BRIEF:
Somewhere below, one line contains "Line((50.8, 0), (50.8, 6.35))" and a later line contains "# F3 (on face) → F4 (new body)". Output those two lines and everything between them exactly, and nothing else.

DATA LISTING:
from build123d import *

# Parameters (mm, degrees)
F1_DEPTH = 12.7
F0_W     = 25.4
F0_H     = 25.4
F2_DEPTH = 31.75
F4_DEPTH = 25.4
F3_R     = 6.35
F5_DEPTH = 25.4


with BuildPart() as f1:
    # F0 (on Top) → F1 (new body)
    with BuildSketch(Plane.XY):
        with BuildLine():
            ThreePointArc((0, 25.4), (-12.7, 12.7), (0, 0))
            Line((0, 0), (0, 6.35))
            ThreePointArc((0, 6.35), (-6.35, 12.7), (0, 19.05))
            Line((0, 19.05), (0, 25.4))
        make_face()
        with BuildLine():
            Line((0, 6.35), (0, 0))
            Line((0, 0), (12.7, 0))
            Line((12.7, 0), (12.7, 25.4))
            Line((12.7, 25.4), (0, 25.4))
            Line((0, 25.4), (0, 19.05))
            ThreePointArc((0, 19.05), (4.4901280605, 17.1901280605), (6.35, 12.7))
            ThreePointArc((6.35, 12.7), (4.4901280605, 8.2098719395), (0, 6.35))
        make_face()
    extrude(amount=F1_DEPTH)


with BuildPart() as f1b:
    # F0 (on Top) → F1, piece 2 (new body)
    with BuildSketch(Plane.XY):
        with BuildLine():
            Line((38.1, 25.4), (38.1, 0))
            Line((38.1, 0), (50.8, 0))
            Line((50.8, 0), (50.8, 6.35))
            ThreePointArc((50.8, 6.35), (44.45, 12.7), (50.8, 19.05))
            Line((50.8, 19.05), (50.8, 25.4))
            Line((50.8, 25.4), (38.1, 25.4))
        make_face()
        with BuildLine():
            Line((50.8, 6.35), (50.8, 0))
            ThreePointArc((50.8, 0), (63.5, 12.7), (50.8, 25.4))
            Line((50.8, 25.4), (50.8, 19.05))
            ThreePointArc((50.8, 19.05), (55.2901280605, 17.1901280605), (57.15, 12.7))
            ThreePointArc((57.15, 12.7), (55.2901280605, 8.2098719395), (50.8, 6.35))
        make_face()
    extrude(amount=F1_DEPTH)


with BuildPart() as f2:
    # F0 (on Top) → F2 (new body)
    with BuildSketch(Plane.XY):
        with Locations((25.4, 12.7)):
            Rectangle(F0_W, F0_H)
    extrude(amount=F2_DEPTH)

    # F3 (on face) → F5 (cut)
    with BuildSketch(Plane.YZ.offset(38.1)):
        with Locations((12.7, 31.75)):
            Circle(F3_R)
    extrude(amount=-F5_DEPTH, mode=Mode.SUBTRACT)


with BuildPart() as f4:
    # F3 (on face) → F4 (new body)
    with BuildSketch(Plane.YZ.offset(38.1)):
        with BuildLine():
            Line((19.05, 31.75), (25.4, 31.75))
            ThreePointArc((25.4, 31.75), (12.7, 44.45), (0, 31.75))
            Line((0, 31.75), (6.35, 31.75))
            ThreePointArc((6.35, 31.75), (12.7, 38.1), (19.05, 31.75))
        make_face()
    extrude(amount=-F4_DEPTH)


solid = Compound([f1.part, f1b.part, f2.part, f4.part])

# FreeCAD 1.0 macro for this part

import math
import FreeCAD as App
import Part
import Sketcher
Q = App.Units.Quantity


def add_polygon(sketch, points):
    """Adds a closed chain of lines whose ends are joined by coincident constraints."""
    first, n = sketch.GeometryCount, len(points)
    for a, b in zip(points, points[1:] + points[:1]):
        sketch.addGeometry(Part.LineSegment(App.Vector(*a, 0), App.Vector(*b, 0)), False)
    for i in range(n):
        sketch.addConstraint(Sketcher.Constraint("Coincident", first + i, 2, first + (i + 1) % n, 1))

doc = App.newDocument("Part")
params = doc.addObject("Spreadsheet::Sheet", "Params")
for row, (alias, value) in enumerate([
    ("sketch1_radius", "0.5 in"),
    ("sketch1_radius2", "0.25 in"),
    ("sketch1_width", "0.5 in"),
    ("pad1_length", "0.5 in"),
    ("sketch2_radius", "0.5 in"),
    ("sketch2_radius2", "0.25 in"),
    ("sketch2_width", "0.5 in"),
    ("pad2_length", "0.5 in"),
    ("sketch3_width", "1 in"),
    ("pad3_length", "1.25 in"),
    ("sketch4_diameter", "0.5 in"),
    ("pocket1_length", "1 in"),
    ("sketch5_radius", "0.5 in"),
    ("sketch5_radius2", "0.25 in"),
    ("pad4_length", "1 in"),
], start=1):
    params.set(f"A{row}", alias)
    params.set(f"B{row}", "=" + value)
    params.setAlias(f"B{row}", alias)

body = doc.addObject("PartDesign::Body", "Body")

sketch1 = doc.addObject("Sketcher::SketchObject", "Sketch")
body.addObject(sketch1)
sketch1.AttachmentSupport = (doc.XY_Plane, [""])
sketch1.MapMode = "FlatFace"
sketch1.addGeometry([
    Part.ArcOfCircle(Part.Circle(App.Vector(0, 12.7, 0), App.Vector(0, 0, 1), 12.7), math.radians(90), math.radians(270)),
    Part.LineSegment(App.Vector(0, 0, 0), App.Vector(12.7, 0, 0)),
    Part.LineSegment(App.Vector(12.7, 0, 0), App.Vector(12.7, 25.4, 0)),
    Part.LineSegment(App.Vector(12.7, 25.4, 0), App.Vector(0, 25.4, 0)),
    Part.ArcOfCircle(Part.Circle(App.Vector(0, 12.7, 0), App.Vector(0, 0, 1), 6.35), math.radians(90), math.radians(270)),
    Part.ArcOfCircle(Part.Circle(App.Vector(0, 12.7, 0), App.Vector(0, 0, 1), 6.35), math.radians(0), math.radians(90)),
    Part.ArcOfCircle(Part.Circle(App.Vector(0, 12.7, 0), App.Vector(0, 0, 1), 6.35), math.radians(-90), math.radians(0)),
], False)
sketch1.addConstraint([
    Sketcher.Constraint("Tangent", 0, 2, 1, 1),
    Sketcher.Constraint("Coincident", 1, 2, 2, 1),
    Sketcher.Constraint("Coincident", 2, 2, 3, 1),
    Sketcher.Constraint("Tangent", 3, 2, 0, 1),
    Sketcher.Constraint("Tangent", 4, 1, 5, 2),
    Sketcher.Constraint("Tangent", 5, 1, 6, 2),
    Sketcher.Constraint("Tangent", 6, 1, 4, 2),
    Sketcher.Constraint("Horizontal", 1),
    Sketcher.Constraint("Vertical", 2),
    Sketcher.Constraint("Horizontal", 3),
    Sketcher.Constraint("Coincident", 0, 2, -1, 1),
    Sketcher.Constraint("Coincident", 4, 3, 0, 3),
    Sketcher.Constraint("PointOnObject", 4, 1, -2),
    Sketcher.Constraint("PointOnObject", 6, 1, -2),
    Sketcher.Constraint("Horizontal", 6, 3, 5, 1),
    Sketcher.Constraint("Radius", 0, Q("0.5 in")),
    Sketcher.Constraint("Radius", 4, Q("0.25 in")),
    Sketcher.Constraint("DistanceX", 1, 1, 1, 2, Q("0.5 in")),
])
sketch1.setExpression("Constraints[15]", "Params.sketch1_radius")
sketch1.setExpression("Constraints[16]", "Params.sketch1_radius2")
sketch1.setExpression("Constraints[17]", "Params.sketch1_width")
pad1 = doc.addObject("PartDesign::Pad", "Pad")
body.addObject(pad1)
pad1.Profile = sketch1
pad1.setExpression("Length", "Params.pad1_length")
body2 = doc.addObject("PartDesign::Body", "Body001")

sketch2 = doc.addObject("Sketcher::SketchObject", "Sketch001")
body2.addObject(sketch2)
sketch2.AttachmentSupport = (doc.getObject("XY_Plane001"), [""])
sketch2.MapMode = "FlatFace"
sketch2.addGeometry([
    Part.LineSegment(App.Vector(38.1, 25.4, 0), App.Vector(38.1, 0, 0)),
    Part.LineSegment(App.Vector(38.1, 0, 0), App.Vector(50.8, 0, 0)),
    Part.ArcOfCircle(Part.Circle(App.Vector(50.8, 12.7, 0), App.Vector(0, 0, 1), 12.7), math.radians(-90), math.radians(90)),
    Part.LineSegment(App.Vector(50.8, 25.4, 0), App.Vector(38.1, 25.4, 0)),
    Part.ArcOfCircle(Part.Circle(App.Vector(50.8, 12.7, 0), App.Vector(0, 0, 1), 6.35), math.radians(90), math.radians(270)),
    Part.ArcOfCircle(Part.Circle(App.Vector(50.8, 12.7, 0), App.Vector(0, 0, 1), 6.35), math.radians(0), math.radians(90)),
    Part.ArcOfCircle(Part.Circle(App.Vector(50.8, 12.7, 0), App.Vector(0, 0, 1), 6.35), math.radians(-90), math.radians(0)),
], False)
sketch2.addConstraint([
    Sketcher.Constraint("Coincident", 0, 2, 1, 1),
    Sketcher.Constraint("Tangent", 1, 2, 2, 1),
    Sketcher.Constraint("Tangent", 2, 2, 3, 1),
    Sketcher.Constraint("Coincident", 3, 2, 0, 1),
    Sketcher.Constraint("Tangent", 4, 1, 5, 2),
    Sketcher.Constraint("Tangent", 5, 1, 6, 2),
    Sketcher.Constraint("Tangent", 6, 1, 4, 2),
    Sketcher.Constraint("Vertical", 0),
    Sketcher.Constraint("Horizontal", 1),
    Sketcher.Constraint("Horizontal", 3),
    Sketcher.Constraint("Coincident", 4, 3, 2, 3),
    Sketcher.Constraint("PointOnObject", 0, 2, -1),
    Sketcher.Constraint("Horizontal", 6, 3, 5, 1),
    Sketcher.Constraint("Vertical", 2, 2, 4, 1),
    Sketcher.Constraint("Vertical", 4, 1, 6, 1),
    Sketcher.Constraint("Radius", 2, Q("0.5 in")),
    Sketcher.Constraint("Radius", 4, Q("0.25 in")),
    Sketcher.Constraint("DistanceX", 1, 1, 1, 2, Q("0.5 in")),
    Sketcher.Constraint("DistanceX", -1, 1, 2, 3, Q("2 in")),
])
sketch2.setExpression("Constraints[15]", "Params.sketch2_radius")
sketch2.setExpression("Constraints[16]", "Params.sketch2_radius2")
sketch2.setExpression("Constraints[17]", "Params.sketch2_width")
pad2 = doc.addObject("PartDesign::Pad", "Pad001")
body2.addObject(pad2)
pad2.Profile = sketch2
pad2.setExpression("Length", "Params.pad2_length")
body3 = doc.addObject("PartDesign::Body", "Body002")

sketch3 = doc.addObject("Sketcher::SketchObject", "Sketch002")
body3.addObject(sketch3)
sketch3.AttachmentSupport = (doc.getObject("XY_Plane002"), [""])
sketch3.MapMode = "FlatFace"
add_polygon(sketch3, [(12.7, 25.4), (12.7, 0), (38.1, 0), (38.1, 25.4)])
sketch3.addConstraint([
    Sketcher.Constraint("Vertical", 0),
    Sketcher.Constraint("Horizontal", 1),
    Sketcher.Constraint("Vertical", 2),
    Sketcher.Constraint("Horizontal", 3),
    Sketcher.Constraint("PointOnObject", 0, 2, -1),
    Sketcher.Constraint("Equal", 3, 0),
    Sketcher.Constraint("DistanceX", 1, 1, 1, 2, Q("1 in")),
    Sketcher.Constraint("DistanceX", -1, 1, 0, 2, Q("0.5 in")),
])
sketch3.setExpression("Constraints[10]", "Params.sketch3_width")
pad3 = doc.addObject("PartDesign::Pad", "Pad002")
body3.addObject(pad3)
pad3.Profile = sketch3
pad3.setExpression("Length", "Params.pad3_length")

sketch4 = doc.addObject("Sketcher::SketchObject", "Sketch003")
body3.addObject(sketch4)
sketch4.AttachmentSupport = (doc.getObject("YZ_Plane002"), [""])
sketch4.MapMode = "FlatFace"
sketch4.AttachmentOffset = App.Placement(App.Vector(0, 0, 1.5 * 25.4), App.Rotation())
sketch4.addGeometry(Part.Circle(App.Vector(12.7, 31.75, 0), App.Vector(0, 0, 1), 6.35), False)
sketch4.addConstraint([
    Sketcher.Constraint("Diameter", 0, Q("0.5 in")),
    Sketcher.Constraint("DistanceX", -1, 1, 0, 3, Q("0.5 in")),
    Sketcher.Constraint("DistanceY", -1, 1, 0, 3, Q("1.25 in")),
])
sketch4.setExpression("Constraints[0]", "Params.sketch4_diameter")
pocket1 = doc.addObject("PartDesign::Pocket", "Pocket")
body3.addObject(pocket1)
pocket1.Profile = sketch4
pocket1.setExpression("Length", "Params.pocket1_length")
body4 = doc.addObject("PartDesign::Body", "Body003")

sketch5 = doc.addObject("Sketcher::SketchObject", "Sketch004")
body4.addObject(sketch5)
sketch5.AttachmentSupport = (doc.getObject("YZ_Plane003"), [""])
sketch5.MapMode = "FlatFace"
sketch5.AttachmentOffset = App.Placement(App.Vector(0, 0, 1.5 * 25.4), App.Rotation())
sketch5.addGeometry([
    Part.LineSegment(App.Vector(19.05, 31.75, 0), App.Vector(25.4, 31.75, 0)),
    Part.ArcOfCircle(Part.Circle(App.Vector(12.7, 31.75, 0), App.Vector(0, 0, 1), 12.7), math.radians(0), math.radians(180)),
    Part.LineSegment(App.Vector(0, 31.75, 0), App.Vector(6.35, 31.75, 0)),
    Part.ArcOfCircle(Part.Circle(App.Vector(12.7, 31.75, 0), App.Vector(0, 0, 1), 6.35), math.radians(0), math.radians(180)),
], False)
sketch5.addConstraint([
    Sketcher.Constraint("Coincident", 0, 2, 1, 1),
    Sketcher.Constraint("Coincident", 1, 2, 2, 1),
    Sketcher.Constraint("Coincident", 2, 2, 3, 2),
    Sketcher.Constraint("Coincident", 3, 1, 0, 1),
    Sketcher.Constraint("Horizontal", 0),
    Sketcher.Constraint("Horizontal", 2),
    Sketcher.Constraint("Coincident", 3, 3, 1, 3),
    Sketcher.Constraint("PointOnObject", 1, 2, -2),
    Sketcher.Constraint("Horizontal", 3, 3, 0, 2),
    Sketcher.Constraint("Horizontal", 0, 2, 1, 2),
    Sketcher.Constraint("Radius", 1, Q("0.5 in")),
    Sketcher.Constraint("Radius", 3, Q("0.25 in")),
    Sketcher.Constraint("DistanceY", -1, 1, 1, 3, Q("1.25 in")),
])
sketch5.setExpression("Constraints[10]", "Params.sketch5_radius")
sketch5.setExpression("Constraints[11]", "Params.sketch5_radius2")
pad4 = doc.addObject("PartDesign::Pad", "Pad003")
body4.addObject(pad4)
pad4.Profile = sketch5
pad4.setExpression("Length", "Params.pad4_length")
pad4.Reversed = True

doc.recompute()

SOLUTION:
            Line((50.8, 0), (50.8, 6.35))
            ThreePointArc((50.8, 6.35), (44.45, 12.7), (50.8, 19.05))
            Line((50.8, 19.05), (50.8, 25.4))
            Line((50.8, 25.4), (38.1, 25.4))
        make_face()
        with BuildLine():
            Line((50.8, 6.35), (50.8, 0))
            ThreePointArc((50.8, 0), (63.5, 12.7), (50.8, 25.4))
            Line((50.8, 25.4), (50.8, 19.05))
            ThreePointArc((50.8, 19.05), (55.2901280605, 17.1901280605), (57.15, 12.7))
            ThreePointArc((57.15, 12.7), (55.2901280605, 8.2098719395), (50.8, 6.35))
        make_face()
    extrude(amount=F1_DEPTH)


with BuildPart() as f2:
    # F0 (on Top) → F2 (new body)
    with BuildSketch(Plane.XY):
        with Locations((25.4, 12.7)):
            Rectangle(F0_W, F0_H)
    extrude(amount=F2_DEPTH)

    # F3 (on face) → F5 (cut)
    with BuildSketch(Plane.YZ.offset(38.1)):
        with Locations((12.7, 31.75)):
            Circle(F3_R)
    extrude(amount=-F5_DEPTH, mode=Mode.SUBTRACT)


with BuildPart() as f4:
    # F3 (on face) → F4 (new body)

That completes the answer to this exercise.